The following article is adapted from a seminar titled “Teach Us to Pray—A Practical Approach With a Powerful Application,” taught by David Arthur at the Billy Graham Training Center at The Cove, in Asheville, North Carolina. The seminar emphasized the importance of learning from Jesus how we should pray. In this article, Arthur helps us think through the meaning of the opening, foundational phrases of the prayer that Jesus taught His disciples.
In Luke 11:1 we read, “Now Jesus was praying in a certain place, and when he finished, one of his disciples said to him, ‘Lord, teach us to pray, as John taught his disciples.’”
Jesus was praying in “a certain place.” This is a repeated phrase in the gospels; Jesus would often go to a specific location. This means there was a pattern of behavior when Jesus went to pray.

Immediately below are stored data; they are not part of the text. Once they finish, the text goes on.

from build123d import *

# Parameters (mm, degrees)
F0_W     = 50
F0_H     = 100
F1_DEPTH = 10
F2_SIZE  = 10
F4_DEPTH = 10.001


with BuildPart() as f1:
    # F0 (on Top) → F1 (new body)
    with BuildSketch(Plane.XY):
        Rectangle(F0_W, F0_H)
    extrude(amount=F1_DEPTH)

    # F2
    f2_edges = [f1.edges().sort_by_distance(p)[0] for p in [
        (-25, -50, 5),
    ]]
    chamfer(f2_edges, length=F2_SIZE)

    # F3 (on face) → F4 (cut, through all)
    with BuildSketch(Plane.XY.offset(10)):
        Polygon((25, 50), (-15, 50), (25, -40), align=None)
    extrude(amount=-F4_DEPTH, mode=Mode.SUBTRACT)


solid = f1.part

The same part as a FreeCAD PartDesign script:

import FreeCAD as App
import Part
import Sketcher

V = App.Vector
Q = App.Units.Quantity


def edges_at(feature, points):
    """Names of the edges that pass closest to the given points."""
    edges = feature.Shape.Edges
    near = lambda p: min(range(len(edges)), key=lambda i: edges[i].distToShape(Part.Vertex(*p))[0])
    return sorted({f"Edge{near(p) + 1}" for p in points})

doc = App.newDocument("Part")
body = doc.addObject("PartDesign::Body", "Body")

# Sketch on XY plane
sketch1 = body.newObject("Sketcher::SketchObject", "Sketch")
sketch1.AttachmentSupport = (doc.getObject("XY_Plane"), [""])
sketch1.MapMode = "FlatFace"
sketch1.addGeometry([
    Part.LineSegment(V(-25, 50, 0), V(-25, -50, 0)),
    Part.LineSegment(V(-25, -50, 0), V(25, -50, 0)),
    Part.LineSegment(V(25, -50, 0), V(25, 50, 0)),
    Part.LineSegment(V(25, 50, 0), V(-25, 50, 0)),
], False)
sketch1.addConstraint([
    Sketcher.Constraint("Coincident", 0, 2, 1, 1),
    Sketcher.Constraint("Coincident", 1, 2, 2, 1),
    Sketcher.Constraint("Coincident", 2, 2, 3, 1),
    Sketcher.Constraint("Coincident", 3, 2, 0, 1),
    Sketcher.Constraint("Vertical", 0),
    Sketcher.Constraint("Horizontal", 1),
    Sketcher.Constraint("Vertical", 2),
    Sketcher.Constraint("Horizontal", 3),
    Sketcher.Constraint("Symmetric", 0, 2, 2, 2, -1, 1),
    Sketcher.Constraint("DistanceX", 1, 1, 1, 2, Q("50 mm")),
    Sketcher.Constraint("DistanceY", 0, 2, 0, 1, Q("100 mm")),
])
pad1 = body.newObject("PartDesign::Pad", "Pad")
pad1.Profile = sketch1
pad1.Length = 10
doc.recompute()

chamfer = body.newObject("PartDesign::Chamfer", "Chamfer")
chamfer.Base = (pad1, edges_at(pad1, [(-25, -50, 5)]))
chamfer.Size = 10

# Sketch on XY plane
sketch2 = body.newObject("Sketcher::SketchObject", "Sketch001")
sketch2.AttachmentSupport = (doc.getObject("XY_Plane"), [""])
sketch2.MapMode = "FlatFace"
sketch2.AttachmentOffset = App.Placement(V(0, 0, 10), App.Rotation())
sketch2.addGeometry([
    Part.LineSegment(V(25, 50, 0), V(-15, 50, 0)),
    Part.LineSegment(V(-15, 50, 0), V(25, -40, 0)),
    Part.LineSegment(V(25, -40, 0), V(25, 50, 0)),
], False)
sketch2.addConstraint([
    Sketcher.Constraint("Coincident", 0, 2, 1, 1),
    Sketcher.Constraint("Coincident", 1, 2, 2, 1),
    Sketcher.Constraint("Coincident", 2, 2, 0, 1),
    Sketcher.Constraint("Horizontal", 0),
    Sketcher.Constraint("Vertical", 2),
    Sketcher.Constraint("DistanceX", 0, 2, 0, 1, Q("40 mm")),
    Sketcher.Constraint("DistanceY", 2, 1, 2, 2, Q("90 mm")),
    Sketcher.Constraint("DistanceX", 0, 2, -1, 1, Q("15 mm")),
    Sketcher.Constraint("DistanceY", -1, 1, 0, 2, Q("50 mm")),
])
pocket1 = body.newObject("PartDesign::Pocket", "Pocket")
pocket1.Profile = sketch2
pocket1.Type = "ThroughAll"

doc.recompute()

Jesus was often teaching and healing in public, and we find in the gospels that people were pressing in on Him. There were times when Jesus needed to get away and talk to His Father. And often the gospels tell us He went to a certain place, a designated place. Jesus said in the Sermon on the Mount, “When you pray, go to your inner room, your closet, somewhere where you can be alone” (Cf. Matthew 6:6). So here Jesus is in His place of prayer, and when He has finished, a disciple asks, “Will you teach us how to do that?”
In Matthew’s account, Jesus says that when you pray, this is what you are to say: “Our Father in heaven, hallowed be your name. Your kingdom come, your will be done, on earth as it is in heaven. Give us this day our daily bread, and forgive us our debts, as we also have forgiven our debtors. And lead us not into temptation, but deliver us from evil” (Matthew 6:9-13).
Let’s look first at whom we are to address when we pray. “Our Father in Heaven.”
How you talk to the Father matters. He’s not bro or the big man upstairs. Jesus says, “I want you to start in this way: Our Father.” And notice that the pronoun is our. In that one pronoun is the beautiful theology of being a co-heir with Jesus Christ, of being a child of the living God. There’s a sense that when you say that, you are pulling in Old Testament promises. You’re drawing on all the beautiful, rich understanding of who God is and what He has promised us in His covenants. That’s how you start your prayers.
Next, Jesus says, we are to pray “Hallowed be Your Name.” The Greek word for hallow is often translated holy, which means to set apart. It’s the exact opposite of common.